Is Joint Achievement of Customer Satisfaction and Efficiency Beneficial in Merger Contexts?

May 30, 2014 1153

[Editor’s Note: We’re pleased to welcome Vanitha Swaminathan, who collaborated with Christopher Groening, Vikas Mittal, and Felipe Thomaz on their paper “How Achieving the Dual Goal of Customer Satisfaction and Efficiency in Mergers Affects a Firm’s Long-Term Financial Performance” from the May issue of Journal of Service Research.]

02JSR13_Covers.indd• What inspired you to be interested in this topic?
This paper began by looking at the often repeated assertion that mergers lead to reductions in customer satisfaction. While one may believe this to be the case, there is evidence that customer satisfaction improvements actually increase financial value…which led us to ask the question, would managers wishing to maximize shareholder value reduce their focus on customer satisfaction in a merger? Following this, we wondered if a focus on both customer satisfaction and efficiency improves shareholder value even more in a merger context.

• Were there findings that were surprising to you?
Contrary to what conventional wisdom regarding mergers and customer satisfaction, we found that a dual emphasis on both customer satisfaction and efficiency improvements will actually benefit firms in a merger context. I think the biggest surprise was our finding that non-merged firms did not significantly benefit from a dual emphasis. In other words, we thought that a merged firm would find greater value in a dual emphasis, but not that a non-merged would find little to none.

• How do you see this study influencing future research and/or practice? It will help to go deeper into analyzing why customer satisfaction and efficiency improvements in merger contexts facilitate shareholder value maximization, more so than non-merger settings. Is it the improved availability of resources, or greater access to more profitable customer groups? Is it due to the creation of new synergies between the merging companies?
Addressing these questions will help increase our understanding of when to best implement these typically opposing goals (i.e., efficiency and customer satisfaction improvements) even in non-merger settings.

Read “How Achieving the Dual Goal of Customer Satisfaction and Efficiency in Mergers Affects a Firm’s Long-Term Financial Performance” from Journal of Service Research for free by clicking here. Don’t forget to click here to sign up for e-alerts and be in the know about all the latest from Journal of Service Research!
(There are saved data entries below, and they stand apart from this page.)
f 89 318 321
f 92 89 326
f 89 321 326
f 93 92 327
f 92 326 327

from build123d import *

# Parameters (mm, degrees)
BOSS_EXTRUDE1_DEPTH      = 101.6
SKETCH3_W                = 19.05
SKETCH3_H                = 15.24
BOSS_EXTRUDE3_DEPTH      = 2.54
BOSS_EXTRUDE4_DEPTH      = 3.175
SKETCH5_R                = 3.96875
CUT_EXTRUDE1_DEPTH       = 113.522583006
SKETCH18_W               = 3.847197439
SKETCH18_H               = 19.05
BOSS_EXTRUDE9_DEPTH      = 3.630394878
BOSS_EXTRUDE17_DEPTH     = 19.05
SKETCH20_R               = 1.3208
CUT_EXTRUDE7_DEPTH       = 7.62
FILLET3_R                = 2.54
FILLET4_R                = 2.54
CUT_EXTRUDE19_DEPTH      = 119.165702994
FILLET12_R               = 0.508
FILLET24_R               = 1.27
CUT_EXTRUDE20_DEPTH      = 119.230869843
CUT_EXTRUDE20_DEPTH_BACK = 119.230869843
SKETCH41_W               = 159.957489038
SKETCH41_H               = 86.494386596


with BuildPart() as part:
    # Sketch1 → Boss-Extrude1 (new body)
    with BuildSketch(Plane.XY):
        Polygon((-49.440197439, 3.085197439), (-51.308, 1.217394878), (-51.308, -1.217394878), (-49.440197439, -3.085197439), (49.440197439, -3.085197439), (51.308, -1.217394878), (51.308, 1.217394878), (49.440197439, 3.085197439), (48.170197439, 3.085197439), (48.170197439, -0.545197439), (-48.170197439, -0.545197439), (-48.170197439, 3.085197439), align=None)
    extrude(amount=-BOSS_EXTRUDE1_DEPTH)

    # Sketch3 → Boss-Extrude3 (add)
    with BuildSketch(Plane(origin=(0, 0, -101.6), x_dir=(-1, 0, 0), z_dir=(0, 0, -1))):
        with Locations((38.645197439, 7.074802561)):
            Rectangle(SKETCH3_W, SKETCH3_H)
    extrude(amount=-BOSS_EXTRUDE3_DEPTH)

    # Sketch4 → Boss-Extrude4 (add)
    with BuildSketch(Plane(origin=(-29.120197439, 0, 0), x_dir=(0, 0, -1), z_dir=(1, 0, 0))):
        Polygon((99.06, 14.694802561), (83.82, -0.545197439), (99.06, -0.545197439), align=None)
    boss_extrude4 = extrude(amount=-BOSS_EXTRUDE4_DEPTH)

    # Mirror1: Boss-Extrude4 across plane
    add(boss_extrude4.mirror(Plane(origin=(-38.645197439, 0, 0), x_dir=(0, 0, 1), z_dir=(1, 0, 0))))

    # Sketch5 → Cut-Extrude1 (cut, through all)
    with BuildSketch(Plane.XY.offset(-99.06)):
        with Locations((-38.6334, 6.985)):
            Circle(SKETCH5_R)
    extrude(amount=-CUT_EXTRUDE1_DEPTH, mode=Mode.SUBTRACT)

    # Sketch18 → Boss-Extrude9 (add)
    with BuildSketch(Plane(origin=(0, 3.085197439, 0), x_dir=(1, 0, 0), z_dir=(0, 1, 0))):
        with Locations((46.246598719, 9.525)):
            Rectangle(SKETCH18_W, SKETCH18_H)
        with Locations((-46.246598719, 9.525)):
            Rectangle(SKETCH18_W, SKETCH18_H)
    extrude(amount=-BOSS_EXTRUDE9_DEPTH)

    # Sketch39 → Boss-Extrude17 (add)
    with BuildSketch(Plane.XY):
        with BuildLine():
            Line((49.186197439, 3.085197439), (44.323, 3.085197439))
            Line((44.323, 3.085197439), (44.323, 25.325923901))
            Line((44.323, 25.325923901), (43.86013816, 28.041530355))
swaminathan-vanithaVanitha Swaminathan is Associate Professor of Business Administration and Robert W. Murphy Faculty Fellow in Marketing at the University of Pittsburgh. Her research interests revolve around branding strategy and consumer-brand relationships.GroeningChris_1

Christopher Groening is Assistant Professor of Marketing at the College of Business at Kent State University. Chris’s current academic research centers around investigating stakeholder influence on the financial outcomes of a firm.

MittalPhotoVikas Mittal is J. Hugh Liedtke Professor of Marketing at the Jones Graduate School of Business, Rice University and Adjunct Professor of Family Medicine at Baylor College of Medicine.Thomaz

 

Felipe Thomaz is a doctoral candidate at the Katz Graduate School of Business, University of Pittsburgh, Pittsburgh.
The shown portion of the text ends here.